» **Exercise directions**:
Below are the records; copy every line in them that holds the string "moved".

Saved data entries

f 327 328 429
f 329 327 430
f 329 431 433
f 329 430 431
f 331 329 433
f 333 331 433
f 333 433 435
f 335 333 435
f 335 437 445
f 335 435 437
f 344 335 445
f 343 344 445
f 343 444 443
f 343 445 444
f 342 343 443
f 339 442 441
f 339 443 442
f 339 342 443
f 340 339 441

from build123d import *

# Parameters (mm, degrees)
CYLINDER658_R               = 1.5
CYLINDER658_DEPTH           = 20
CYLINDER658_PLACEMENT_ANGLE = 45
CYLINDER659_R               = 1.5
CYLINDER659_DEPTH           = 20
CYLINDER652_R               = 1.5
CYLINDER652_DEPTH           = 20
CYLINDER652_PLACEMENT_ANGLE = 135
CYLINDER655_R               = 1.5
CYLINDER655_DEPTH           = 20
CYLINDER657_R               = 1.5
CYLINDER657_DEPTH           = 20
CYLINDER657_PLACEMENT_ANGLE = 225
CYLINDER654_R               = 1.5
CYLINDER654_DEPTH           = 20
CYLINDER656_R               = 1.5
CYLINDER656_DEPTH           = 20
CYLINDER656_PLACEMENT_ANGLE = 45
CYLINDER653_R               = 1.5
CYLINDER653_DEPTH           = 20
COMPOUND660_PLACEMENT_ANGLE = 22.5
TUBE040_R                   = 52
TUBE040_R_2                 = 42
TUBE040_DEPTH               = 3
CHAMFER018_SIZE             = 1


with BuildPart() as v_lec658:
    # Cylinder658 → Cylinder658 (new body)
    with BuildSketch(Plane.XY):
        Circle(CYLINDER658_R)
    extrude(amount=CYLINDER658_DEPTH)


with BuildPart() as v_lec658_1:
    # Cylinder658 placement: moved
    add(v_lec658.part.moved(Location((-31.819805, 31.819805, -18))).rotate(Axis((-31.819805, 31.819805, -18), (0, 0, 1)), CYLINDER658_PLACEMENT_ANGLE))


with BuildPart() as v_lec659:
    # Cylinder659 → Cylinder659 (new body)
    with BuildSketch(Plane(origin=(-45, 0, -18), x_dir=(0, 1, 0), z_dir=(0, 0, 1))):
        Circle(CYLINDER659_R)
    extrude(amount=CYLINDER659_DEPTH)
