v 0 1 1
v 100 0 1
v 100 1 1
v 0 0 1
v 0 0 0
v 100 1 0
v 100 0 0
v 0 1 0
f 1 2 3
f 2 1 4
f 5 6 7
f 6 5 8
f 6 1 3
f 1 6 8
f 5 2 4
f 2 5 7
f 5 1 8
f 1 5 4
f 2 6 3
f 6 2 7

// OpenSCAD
// a window stopper with rotating wedge
// (all sizes in millimeter)

module window_stopper(
    window_thickness,         // thickness of window frame
    windowsill_dist,          // distance between window and windowsill
    windowsill_adj     = 0,   // adjustment for windowsill distance
    stopper_width      = 30,  // width of the stopper
    material_thickness = 5,   // material thickness of the stopper
    window_overlap     = 7,   // overlap of stopper and window
    axle_dm            = 10,  // axle diameter
    axle_clearance     = 0.5, // axle clearance towards bushing
){

    $fn = 36;
    axle_height = 
        material_thickness + (windowsill_dist - material_thickness) / 2;

    module window() {
        color("LightSkyBlue")
        translate( [-20, -window_thickness / 2, windowsill_dist] )
        cube( [100, window_thickness, 0.1] );
    }

    module stopper_case() {
        case_size = [
            stopper_width,                              
            window_thickness + 2 * material_thickness,  
            windowsill_dist + window_overlap    
        ];
        
        translate( [0, -case_size.y / 2, 0] ) 
        difference() {
            cube( case_size );
            
            translate( [-1, material_thickness, material_thickness] )
            cube( [case_size.x + 2, window_thickness, case_size.z] );
            
            axle_bushing = axle_dm + axle_clearance;
            
            translate( [case_size.x / 2, -1, axle_height] )
            rotate( [-90, 0, 0] )
            cylinder( d = axle_bushing, h = case_size.y + 2);
            
            translate( [(case_size.x - axle_bushing) / 2, -1, axle_height] )
            cube( [axle_bushing, case_size.y + 2, case_size.z] );
        }
        
        translate( [0, -case_size.y / 2, -windowsill_adj] )
        cube( [case_size.x, case_size.y, windowsill_adj] );
    }

    module stopper() {
    }
    
    window();    
    stopper_case();    
    stopper();

}

window_stopper(

	/* parameters */

);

» **Answer for this exercise**:
    # Cylinder658 placement: moved
    add(v_lec658.part.moved(Location((-31.819805, 31.819805, -18))).rotate(Axis((-31.819805, 31.819805, -18), (0, 0, 1)), CYLINDER658_PLACEMENT_ANGLE))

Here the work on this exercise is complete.